Auf den Zählerreset würde ich verzichten - der macht nur Ärger bei einer fortlaufenden Anwendung.
Meine Variante lief auf einer S7-200 und ich war im realen Betrieb absolut zufrieden.


----------



## Heinileini (21 September 2017)

@weißnix
Der TE schrieb 'Abschub-Zylinder+Lichtschranke "Abschub-Kontrolle"'. Das habe ich so verstanden:
- entweder: das Teil passiert diese LS nur, wenn das Teil tatsächlich abgeschoben wurde
- oder: das Teil passiert diese LS nur, wenn das Teil nicht abgeschoben wurde
was letztlich auf das gleiche heraus kommt, wenn ein Teil nicht beide Varianten gleichzeitig erfüllen kann bzw. kein Teil beide Varianten gleichzeitig nicht erfüllen kann (diesen Satz kann keiner verstehen!? ;o).
Ich fürchte die Strecke zwischen LS1 und LS3 ist nicht so üppig mit Lichtschranken ausgestattet, dass man ganz ohne die BandPosition auskommen könnte - das wäre m.E. einfacher und irgendwo hatten wir auch schon einen passenden Thread dafür. 
Dein Satz "Wenn Teil an Abschiebelichtschranke, dann auf gültigen FIFO-Eintrag prüfen und wenn ja, passieren lassen" scheint mir darauf hin zu deuten, dass wir die Aufgabenstellung des TE in diesem Punkt unterschiedlich verstehen. Aber ich vermute, wir sind uns einig, dass eine entsprechende LS an dieser Stelle absolut hilfreich wäre.
Dann müsste nur noch das Auslösen der Kamera durch den PositionsZähler getriggert werden.

@Kirkdickdick
Hat man Dich mit der HardwareAusstattung der SortierStrecke vor vollendete Tatsachen gestellt? Wären mehr Lichtschranken bei Verzicht auf den DrehGeber ein denkbarer Weg?

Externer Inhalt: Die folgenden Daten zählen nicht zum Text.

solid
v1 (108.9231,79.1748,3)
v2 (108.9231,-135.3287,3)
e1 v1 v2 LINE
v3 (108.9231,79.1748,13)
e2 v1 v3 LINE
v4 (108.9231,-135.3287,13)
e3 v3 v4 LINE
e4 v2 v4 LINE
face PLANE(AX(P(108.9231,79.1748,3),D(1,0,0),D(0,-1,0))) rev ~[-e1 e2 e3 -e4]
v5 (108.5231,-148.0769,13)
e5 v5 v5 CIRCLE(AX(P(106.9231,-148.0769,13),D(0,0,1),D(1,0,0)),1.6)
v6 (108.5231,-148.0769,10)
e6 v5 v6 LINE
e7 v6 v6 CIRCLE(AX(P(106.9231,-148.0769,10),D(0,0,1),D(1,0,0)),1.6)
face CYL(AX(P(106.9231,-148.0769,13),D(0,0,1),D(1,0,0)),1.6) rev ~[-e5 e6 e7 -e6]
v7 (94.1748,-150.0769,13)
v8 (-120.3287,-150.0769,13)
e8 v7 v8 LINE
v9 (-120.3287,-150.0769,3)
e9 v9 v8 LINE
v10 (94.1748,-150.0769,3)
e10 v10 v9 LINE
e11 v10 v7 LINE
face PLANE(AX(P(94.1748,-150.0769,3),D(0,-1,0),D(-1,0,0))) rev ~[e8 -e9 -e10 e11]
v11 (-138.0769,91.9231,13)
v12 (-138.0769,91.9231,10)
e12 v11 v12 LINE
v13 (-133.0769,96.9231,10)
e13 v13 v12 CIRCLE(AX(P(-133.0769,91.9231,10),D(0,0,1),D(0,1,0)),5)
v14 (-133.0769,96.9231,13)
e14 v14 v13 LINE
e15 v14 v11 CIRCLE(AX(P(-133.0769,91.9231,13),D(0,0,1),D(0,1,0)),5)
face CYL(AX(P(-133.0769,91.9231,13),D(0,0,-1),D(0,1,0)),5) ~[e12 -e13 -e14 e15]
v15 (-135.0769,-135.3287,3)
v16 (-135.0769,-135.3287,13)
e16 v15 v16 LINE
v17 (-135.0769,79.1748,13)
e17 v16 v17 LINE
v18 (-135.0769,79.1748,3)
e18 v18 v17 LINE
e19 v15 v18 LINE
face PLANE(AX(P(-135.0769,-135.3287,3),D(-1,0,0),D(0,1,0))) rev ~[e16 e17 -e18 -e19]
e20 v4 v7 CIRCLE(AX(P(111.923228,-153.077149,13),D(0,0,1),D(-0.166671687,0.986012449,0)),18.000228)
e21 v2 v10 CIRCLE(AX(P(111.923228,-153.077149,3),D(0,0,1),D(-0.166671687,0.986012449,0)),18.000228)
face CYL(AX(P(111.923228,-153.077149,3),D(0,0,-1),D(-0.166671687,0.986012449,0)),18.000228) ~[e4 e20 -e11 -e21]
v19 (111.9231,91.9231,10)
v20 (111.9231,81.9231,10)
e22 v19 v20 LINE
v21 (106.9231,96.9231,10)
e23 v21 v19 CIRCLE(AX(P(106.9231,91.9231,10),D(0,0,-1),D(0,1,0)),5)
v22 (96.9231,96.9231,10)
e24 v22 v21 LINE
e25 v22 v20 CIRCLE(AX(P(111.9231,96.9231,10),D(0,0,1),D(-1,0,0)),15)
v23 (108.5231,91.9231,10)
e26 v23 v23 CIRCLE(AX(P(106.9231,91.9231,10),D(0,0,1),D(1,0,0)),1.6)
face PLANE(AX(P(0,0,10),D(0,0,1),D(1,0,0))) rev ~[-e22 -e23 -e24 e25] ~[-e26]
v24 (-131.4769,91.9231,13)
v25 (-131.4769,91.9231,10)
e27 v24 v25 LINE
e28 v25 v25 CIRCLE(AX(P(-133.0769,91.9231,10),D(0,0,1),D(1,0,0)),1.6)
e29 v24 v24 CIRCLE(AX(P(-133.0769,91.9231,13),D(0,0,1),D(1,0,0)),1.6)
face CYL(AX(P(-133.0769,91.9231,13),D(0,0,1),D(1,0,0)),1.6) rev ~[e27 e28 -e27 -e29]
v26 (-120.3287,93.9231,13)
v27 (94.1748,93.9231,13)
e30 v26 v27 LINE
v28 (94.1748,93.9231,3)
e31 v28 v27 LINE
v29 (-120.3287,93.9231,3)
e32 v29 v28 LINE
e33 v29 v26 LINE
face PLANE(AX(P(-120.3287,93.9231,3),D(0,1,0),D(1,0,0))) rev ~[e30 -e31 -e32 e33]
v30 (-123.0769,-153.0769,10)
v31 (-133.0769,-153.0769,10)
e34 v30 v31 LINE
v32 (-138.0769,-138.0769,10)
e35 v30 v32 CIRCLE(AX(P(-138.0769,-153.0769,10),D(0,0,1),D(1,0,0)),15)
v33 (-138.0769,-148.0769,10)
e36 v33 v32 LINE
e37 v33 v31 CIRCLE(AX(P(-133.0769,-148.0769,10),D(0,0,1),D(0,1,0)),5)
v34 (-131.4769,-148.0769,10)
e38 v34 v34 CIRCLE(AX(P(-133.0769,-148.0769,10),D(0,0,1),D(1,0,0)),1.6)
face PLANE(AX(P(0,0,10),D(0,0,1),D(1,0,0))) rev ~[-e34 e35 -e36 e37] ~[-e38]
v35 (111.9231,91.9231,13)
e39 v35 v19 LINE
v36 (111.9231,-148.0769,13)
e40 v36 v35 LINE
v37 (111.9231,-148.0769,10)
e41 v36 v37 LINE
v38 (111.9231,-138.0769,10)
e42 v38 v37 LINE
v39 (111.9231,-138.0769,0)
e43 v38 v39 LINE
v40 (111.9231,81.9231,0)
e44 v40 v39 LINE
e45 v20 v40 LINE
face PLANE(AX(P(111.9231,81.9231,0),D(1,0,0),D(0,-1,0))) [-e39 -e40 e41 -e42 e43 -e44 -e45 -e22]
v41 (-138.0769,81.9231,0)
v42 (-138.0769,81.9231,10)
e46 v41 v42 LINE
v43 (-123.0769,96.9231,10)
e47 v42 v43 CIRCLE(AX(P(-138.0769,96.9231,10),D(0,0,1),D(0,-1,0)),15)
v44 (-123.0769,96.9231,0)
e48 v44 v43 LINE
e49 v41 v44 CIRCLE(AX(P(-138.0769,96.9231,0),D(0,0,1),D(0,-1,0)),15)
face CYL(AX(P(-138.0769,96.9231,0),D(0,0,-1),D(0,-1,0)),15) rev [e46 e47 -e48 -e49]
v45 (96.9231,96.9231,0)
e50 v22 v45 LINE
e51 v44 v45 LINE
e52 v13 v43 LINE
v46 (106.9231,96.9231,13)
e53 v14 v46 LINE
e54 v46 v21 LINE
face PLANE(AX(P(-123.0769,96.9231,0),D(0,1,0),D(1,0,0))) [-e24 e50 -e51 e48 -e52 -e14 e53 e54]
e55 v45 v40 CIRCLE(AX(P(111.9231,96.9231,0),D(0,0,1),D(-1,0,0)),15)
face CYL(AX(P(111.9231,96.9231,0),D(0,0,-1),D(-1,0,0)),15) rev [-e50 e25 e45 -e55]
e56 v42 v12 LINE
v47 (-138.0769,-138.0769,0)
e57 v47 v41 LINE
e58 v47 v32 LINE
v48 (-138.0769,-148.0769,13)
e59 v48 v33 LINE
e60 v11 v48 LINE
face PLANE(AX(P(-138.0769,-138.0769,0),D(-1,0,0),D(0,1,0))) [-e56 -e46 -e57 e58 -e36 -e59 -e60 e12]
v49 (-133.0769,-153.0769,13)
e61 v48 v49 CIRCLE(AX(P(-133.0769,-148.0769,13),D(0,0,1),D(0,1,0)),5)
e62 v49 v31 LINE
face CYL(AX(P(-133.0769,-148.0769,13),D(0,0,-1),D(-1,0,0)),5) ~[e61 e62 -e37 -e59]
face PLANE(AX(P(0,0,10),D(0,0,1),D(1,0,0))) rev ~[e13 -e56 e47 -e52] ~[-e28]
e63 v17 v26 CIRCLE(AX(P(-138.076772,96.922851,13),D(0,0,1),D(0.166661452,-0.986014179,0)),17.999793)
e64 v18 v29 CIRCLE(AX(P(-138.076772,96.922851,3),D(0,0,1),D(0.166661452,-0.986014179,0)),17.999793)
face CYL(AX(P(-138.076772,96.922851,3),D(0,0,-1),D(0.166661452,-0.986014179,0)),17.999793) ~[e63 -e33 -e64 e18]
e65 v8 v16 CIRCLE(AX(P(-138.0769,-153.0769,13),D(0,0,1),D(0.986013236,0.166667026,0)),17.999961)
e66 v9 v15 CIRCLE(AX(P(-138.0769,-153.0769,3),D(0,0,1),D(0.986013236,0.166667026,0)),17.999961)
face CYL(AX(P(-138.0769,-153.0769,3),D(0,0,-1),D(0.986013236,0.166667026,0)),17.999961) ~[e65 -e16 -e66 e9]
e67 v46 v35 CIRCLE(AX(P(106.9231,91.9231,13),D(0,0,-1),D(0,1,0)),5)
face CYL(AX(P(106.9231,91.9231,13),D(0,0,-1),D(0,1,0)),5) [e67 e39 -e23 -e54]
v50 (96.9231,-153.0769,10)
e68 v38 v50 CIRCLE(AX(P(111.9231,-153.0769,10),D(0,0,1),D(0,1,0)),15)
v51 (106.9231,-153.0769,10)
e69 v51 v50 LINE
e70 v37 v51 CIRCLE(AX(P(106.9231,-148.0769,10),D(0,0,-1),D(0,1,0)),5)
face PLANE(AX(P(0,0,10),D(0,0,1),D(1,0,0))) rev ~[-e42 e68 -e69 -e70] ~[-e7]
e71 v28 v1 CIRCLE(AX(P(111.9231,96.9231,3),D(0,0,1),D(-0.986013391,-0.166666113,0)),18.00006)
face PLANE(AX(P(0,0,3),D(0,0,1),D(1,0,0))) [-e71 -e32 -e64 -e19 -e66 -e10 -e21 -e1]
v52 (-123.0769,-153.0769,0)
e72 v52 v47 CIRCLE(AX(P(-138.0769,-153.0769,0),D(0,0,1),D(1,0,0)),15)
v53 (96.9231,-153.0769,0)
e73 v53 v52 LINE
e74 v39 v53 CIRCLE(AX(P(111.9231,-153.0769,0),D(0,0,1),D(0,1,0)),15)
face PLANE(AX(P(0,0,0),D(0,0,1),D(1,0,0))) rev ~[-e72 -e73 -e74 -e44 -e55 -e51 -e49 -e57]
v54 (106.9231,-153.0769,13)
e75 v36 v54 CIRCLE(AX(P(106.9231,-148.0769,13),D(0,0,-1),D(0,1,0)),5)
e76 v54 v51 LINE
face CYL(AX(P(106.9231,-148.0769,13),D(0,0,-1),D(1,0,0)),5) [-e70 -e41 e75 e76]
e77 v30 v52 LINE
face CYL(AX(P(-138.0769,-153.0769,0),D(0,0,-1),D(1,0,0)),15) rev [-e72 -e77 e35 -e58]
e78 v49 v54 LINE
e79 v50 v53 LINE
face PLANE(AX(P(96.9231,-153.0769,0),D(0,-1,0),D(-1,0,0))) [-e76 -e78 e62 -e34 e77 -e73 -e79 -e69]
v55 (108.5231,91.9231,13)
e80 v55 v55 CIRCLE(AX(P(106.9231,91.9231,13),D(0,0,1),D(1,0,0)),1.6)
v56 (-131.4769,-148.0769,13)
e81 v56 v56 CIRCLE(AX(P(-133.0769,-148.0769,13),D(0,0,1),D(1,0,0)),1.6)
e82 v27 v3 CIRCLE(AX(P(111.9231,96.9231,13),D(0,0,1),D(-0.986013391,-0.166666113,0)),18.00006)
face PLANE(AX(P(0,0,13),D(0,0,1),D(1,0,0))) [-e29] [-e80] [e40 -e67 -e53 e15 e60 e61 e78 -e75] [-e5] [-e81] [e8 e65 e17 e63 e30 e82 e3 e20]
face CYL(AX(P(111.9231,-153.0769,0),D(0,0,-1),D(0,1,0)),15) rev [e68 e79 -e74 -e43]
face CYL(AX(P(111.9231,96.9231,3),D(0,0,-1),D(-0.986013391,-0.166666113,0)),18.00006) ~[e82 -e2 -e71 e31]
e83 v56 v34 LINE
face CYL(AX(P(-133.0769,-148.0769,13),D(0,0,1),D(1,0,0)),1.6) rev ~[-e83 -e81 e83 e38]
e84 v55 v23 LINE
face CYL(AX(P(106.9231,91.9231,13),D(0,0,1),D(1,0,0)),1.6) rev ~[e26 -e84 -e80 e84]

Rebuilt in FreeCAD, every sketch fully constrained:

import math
import FreeCAD as App
import Part
import Sketcher

V = App.Vector
Q = App.Units.Quantity


def edges_at(feature, points):
    """Names of the edges that pass closest to the given points."""
    edges = feature.Shape.Edges
    near = lambda p: min(range(len(edges)), key=lambda i: edges[i].distToShape(Part.Vertex(*p))[0])
    return sorted({f"Edge{near(p) + 1}" for p in points})

doc = App.newDocument("Part")
body = doc.addObject("PartDesign::Body", "Body")

sketch1 = body.newObject("Sketcher::SketchObject", "Sketch")
sketch1.AttachmentSupport = (doc.getObject("XY_Plane"), [""])
sketch1.MapMode = "FlatFace"
sketch1.addGeometry([
    Part.LineSegment(V(97, 97, 0), V(-123, 97, 0)),
    Part.ArcOfCircle(Part.Circle(V(-138, 97, 0), V(0, 0, 1), 15), math.radians(-90), math.radians(0)),
    Part.LineSegment(V(-138, 82, 0), V(-138, -138, 0)),
    Part.ArcOfCircle(Part.Circle(V(-138, -153, 0), V(0, 0, 1), 15), math.radians(0), math.radians(90)),
    Part.LineSegment(V(-123, -153, 0), V(97, -153, 0)),
    Part.ArcOfCircle(Part.Circle(V(112, -153, 0), V(0, 0, 1), 15), math.radians(90), math.radians(180)),
    Part.LineSegment(V(112, -138, 0), V(112, 82, 0)),
    Part.ArcOfCircle(Part.Circle(V(112, 97, 0), V(0, 0, 1), 15), math.radians(180), math.radians(270)),
], False)
sketch1.addConstraint([
    Sketcher.Constraint("Coincident", 0, 2, 1, 2),
    Sketcher.Constraint("Coincident", 1, 1, 2, 1),
    Sketcher.Constraint("Coincident", 2, 2, 3, 2),
    Sketcher.Constraint("Coincident", 3, 1, 4, 1),
    Sketcher.Constraint("Coincident", 4, 2, 5, 2),
    Sketcher.Constraint("Coincident", 5, 1, 6, 1),
    Sketcher.Constraint("Coincident", 6, 2, 7, 2),
    Sketcher.Constraint("Coincident", 7, 1, 0, 1),
    Sketcher.Constraint("Horizontal", 0),
    Sketcher.Constraint("Vertical", 2),
    Sketcher.Constraint("Horizontal", 4),
    Sketcher.Constraint("Vertical", 6),
    Sketcher.Constraint("Equal", 1, 3),
    Sketcher.Constraint("Equal", 3, 5),
    Sketcher.Constraint("Equal", 5, 7),
    Sketcher.Constraint("Horizontal", 3, 3, 5, 3),
    Sketcher.Constraint("Horizontal", 1, 3, 7, 3),
    Sketcher.Constraint("Horizontal", 7, 3, 0, 2),
    Sketcher.Constraint("Horizontal", 5, 3, 3, 1),
    Sketcher.Constraint("Vertical", 1, 3, 3, 3),
    Sketcher.Constraint("Vertical", 5, 3, 7, 3),
    Sketcher.Constraint("Vertical", 3, 3, 1, 1),
    Sketcher.Constraint("Vertical", 7, 3, 5, 1),
    Sketcher.Constraint("Equal", 4, 2),
    Sketcher.Constraint("Radius", 1, Q("15 mm")),
    Sketcher.Constraint("DistanceY", 3, 3, 1, 3, Q("250 mm")),
    Sketcher.Constraint("DistanceX", 1, 3, -1, 1, Q("138.077 mm")),
    Sketcher.Constraint("DistanceY", -1, 1, 1, 3, Q("96.923 mm")),
])
pad1 = body.newObject("PartDesign::Pad", "Pad")
pad1.Profile = sketch1
pad1.Length = 3

sketch2 = body.newObject("Sketcher::SketchObject", "Sketch001")
sketch2.AttachmentSupport = (doc.getObject("XY_Plane"), [""])
sketch2.MapMode = "FlatFace"
sketch2.AttachmentOffset = App.Placement(V(0, 0, 3), App.Rotation())
sketch2.addGeometry([
    Part.ArcOfCircle(Part.Circle(V(-138, -153, 0), V(0, 0, 1), 15), math.radians(0), math.radians(90)),
    Part.LineSegment(V(-123, -153, 0), V(97, -153, 0)),
    Part.ArcOfCircle(Part.Circle(V(112, -153, 0), V(0, 0, 1), 15), math.radians(90), math.radians(180)),
    Part.LineSegment(V(112, -138, 0), V(112, 82, 0)),
    Part.ArcOfCircle(Part.Circle(V(112, 97, 0), V(0, 0, 1), 15), math.radians(180), math.radians(270)),
    Part.LineSegment(V(97, 97, 0), V(-123, 97, 0)),
    Part.ArcOfCircle(Part.Circle(V(-138, 97, 0), V(0, 0, 1), 15), math.radians(-90), math.radians(0)),
    Part.LineSegment(V(-138, 82, 0), V(-138, -138, 0)),
    Part.ArcOfCircle(Part.Circle(V(-138, 97, 0), V(0, 0, 1), 18), math.radians(-80), math.radians(-10)),
    Part.LineSegment(V(-120, 94, 0), V(94, 94, 0)),
    Part.ArcOfCircle(Part.Circle(V(112, 97, 0), V(0, 0, 1), 18), math.radians(-170), math.radians(-100)),
    Part.LineSegment(V(109, 79, 0), V(109, -135, 0)),
    Part.ArcOfCircle(Part.Circle(V(112, -153, 0), V(0, 0, 1), 18), math.radians(100), math.radians(170)),
    Part.LineSegment(V(94, -150, 0), V(-120, -150, 0)),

Wenn man viele Informationen gegeneinander prüfen kann/muss, kann das sehr schön sein, um tolle FehlerDiagnosen zu erstellen. Es kann aber auch zu wahnsinnig vielen Kombinationen mit viel zu vielen Unwägbarkeiten führen - und kompliziert kann eben doch nicht jeder, jedenfalls nicht so, dass die Ergebnisse trotzdem keinen der Beteiligten überfordern.
Gruss, Heinileini


----------



## Kirkdickdick (22 September 2017)

Guten Morgen zusammen, 

erstmal möchte ich mich für eure Beiträge bedanken. Ich versuche mal die in euren Beiträgen aufgekommenen Fragen zu beantworten. 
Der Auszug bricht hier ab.